For your responses to the questions below, I’m looking for something thoughtful, but not necessarily long. A single sentence is probably not enough to express thoughtfulness, but a well written paragraph can be.

You may submit your responses any time until Friday, April 29 at noon.


No data scientist is the same

I found what looks to be a very interestingly written series of blog posts related to XGBoost but also covering some “big picture” ideas about working as a data scientist. The series includes nine blog posts and an associated python notebook for each one. Here are direct links to the 9 blog posts (they appear on each post as well):

  1. Introducing our data science rock stars
  2. Data to predict which employees are likely to leave
  3. Good model by default using XGBoost
  4. Hyperparameter tuning for hyperaccurate XGBoost model
  5. Beat dirty data
  6. The case of high cardinality kerfuffles
  7. Guide to manage missing data
  8. Visualise the business value of predictive models
  9. No data scientist is the same!

The python notebooks are available at

Rather than have you code up an XGBoost model yourself, I’d like you to read some of the blog posts and answer a few questions. You are welcome to read all 9 posts (and I hope that you do), but you are only required to read enough to answer the questions below.

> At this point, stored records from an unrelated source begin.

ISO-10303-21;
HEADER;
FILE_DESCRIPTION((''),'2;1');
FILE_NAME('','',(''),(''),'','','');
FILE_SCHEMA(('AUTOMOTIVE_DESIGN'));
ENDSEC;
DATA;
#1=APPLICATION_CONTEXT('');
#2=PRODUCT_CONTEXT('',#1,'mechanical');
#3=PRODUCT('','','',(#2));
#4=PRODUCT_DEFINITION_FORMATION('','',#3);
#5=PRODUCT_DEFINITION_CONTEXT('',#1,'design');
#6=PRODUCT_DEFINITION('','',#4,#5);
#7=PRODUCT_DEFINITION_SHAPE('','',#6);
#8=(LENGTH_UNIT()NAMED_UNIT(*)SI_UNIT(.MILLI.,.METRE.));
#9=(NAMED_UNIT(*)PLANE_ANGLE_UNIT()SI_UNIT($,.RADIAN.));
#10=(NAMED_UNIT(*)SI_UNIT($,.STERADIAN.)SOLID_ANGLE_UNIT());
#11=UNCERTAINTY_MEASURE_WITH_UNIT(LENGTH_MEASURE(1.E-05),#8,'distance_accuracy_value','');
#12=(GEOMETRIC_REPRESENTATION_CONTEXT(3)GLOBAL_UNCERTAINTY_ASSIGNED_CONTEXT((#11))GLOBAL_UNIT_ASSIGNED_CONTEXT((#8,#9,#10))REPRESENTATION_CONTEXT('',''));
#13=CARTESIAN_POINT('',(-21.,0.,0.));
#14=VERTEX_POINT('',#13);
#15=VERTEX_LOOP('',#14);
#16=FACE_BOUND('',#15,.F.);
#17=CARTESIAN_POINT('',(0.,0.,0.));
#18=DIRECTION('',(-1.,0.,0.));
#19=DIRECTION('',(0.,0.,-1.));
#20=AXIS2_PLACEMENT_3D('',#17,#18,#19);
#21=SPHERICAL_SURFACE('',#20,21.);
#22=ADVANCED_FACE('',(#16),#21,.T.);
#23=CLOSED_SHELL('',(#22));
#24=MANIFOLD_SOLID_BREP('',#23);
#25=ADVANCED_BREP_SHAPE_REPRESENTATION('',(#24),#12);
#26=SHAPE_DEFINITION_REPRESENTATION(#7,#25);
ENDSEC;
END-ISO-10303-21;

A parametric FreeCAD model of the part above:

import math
import FreeCAD as App
import Part
import Sketcher
from FreeCAD import Vector

doc = App.newDocument("Part")
body = doc.addObject("PartDesign::Body", "Body")

# Sketch on XZ plane
sketch1 = body.newObject("Sketcher::SketchObject", "Sketch")
sketch1.AttachmentSupport = (doc.getObject("XZ_Plane"), [""])
sketch1.MapMode = "FlatFace"
sketch1.addGeometry([
    Part.ArcOfCircle(Part.Circle(Vector(0, 0, 0), Vector(0, 0, 1), 21), math.radians(180), math.radians(360)),
    Part.LineSegment(Vector(-21, 0, 0), Vector(21, 0, 0)),
], False)
sketch1.addConstraint([
    Sketcher.Constraint("Coincident", 0, 1, 1, 1),
    Sketcher.Constraint("Coincident", 1, 2, 0, 2),
    Sketcher.Constraint("Horizontal", 1),
    Sketcher.Constraint("Coincident", 0, 3, -1, 1),
    Sketcher.Constraint("PointOnObject", 0, 1, -1),
    Sketcher.Constraint("Radius", 0, 21.0),
])
revolution = body.newObject("PartDesign::Revolution", "Revolution")
revolution.Profile = sketch1
revolution.ReferenceAxis = (sketch1, ["H_Axis"])
revolution.Angle = 360

doc.recompute()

Side note: I found this because I subscribe to https://medium.com/ and they send me a daily digest of things they think I might be interested in. Since I tend to click on data science-related things, I get lots of data science-related suggestions. You might find this to be a good resource for yourself.

  1. Read the first blog post. Based on the descriptions there, which “data scientist rock star” do you think you are most/least like?

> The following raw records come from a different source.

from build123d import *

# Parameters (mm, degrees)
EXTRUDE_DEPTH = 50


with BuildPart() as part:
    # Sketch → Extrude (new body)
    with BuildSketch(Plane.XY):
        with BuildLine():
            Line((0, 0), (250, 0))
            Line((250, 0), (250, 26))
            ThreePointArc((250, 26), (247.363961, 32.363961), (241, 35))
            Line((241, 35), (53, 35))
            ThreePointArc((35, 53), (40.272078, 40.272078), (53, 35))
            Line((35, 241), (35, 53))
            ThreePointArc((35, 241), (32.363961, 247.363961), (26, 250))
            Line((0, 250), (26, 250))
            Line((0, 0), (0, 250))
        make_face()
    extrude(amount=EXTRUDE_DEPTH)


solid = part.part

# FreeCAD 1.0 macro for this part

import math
import FreeCAD as App
import Part
import Sketcher
Q = App.Units.Quantity

doc = App.newDocument("Part")
body = doc.addObject("PartDesign::Body", "Body")

# Sketch on XY plane
sketch1 = body.newObject("Sketcher::SketchObject", "Sketch")
sketch1.AttachmentSupport = (doc.getObject("XY_Plane"), [""])
sketch1.MapMode = "FlatFace"
sketch1.addGeometry([
    Part.LineSegment(App.Vector(0, 0, 0), App.Vector(250, 0, 0)),  # 0
    Part.LineSegment(App.Vector(250, 0, 0), App.Vector(250, 26, 0)),  # 1
    Part.ArcOfCircle(Part.Circle(App.Vector(241, 26, 0), App.Vector(0, 0, 1), 9), math.radians(0.000001), math.radians(89.999999)),  # 2
    Part.LineSegment(App.Vector(241, 35, 0), App.Vector(53, 35, 0)),  # 3
    Part.ArcOfCircle(Part.Circle(App.Vector(53, 53, 0), App.Vector(0, 0, 1), 18), math.radians(-179.999999), math.radians(-90.000001)),  # 4
    Part.LineSegment(App.Vector(35, 53, 0), App.Vector(35, 241, 0)),  # 5
    Part.ArcOfCircle(Part.Circle(App.Vector(26, 241, 0), App.Vector(0, 0, 1), 9), math.radians(0.000001), math.radians(89.999999)),  # 6
    Part.LineSegment(App.Vector(26, 250, 0), App.Vector(0, 250, 0)),  # 7
    Part.LineSegment(App.Vector(0, 250, 0), App.Vector(0, 0, 0)),  # 8
], False)
sketch1.addConstraint([
    Sketcher.Constraint("Coincident", 0, 2, 1, 1),
    Sketcher.Constraint("Tangent", 1, 2, 2, 1),
    Sketcher.Constraint("Tangent", 2, 2, 3, 1),
    Sketcher.Constraint("Tangent", 3, 2, 4, 2),
    Sketcher.Constraint("Tangent", 4, 1, 5, 1),
    Sketcher.Constraint("Tangent", 5, 2, 6, 1),
    Sketcher.Constraint("Tangent", 6, 2, 7, 1),
    Sketcher.Constraint("Coincident", 7, 2, 8, 1),
    Sketcher.Constraint("Coincident", 8, 2, 0, 1),
    Sketcher.Constraint("Horizontal", 0),
    Sketcher.Constraint("Vertical", 1),
    Sketcher.Constraint("Horizontal", 3),
    Sketcher.Constraint("Vertical", 5),
    Sketcher.Constraint("Horizontal", 7),
    Sketcher.Constraint("Vertical", 8),
    Sketcher.Constraint("Coincident", 8, 2, -1, 1),
    Sketcher.Constraint("Equal", 2, 6),
    Sketcher.Constraint("Equal", 7, 1),
    Sketcher.Constraint("Equal", 3, 5),
    Sketcher.Constraint("Radius", 2, Q("9 mm")),
    Sketcher.Constraint("Radius", 4, Q("18 mm")),
    Sketcher.Constraint("DistanceX", 0, 1, 0, 2, Q("250 mm")),
    Sketcher.Constraint("DistanceX", 3, 2, 3, 1, Q("188 mm")),
])
pad1 = body.newObject("PartDesign::Pad", "Pad")
pad1.Profile = sketch1
pad1.Length = 50

doc.recompute()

  2. What is the most important thing you learned about XGBoost from these blog posts that you we either didn’t cover in class or that didn’t “click” in class?

  3. What is the most important thing you learned about doing data science from these blog posts? How does it align with, complement, or run counter to what you have been learning in your data science courses at Calvin?

  4. Look through some of the python code (in the blog posts or at Gitlab) and comment on at least one thing that is interesting because it uses some python thing you didn’t know about or would not have thought to do that way.

  5. Now read the last post. Does this change your answer to or the way you think about question 1?

  6. Just because I’m curious: Which of the blog posts did you read? (Just list off the numbers.)

Course Wrap-Up

  1. Thinking back on the book reports we have been hearing, give one example of something you heard that got you thinking.

  2. If you were going to read one of the books that someone else reported on, which one would it be? Why?

  3. Think back a bit about our course as a whole. What do you think you will remember most about it 3 years from now?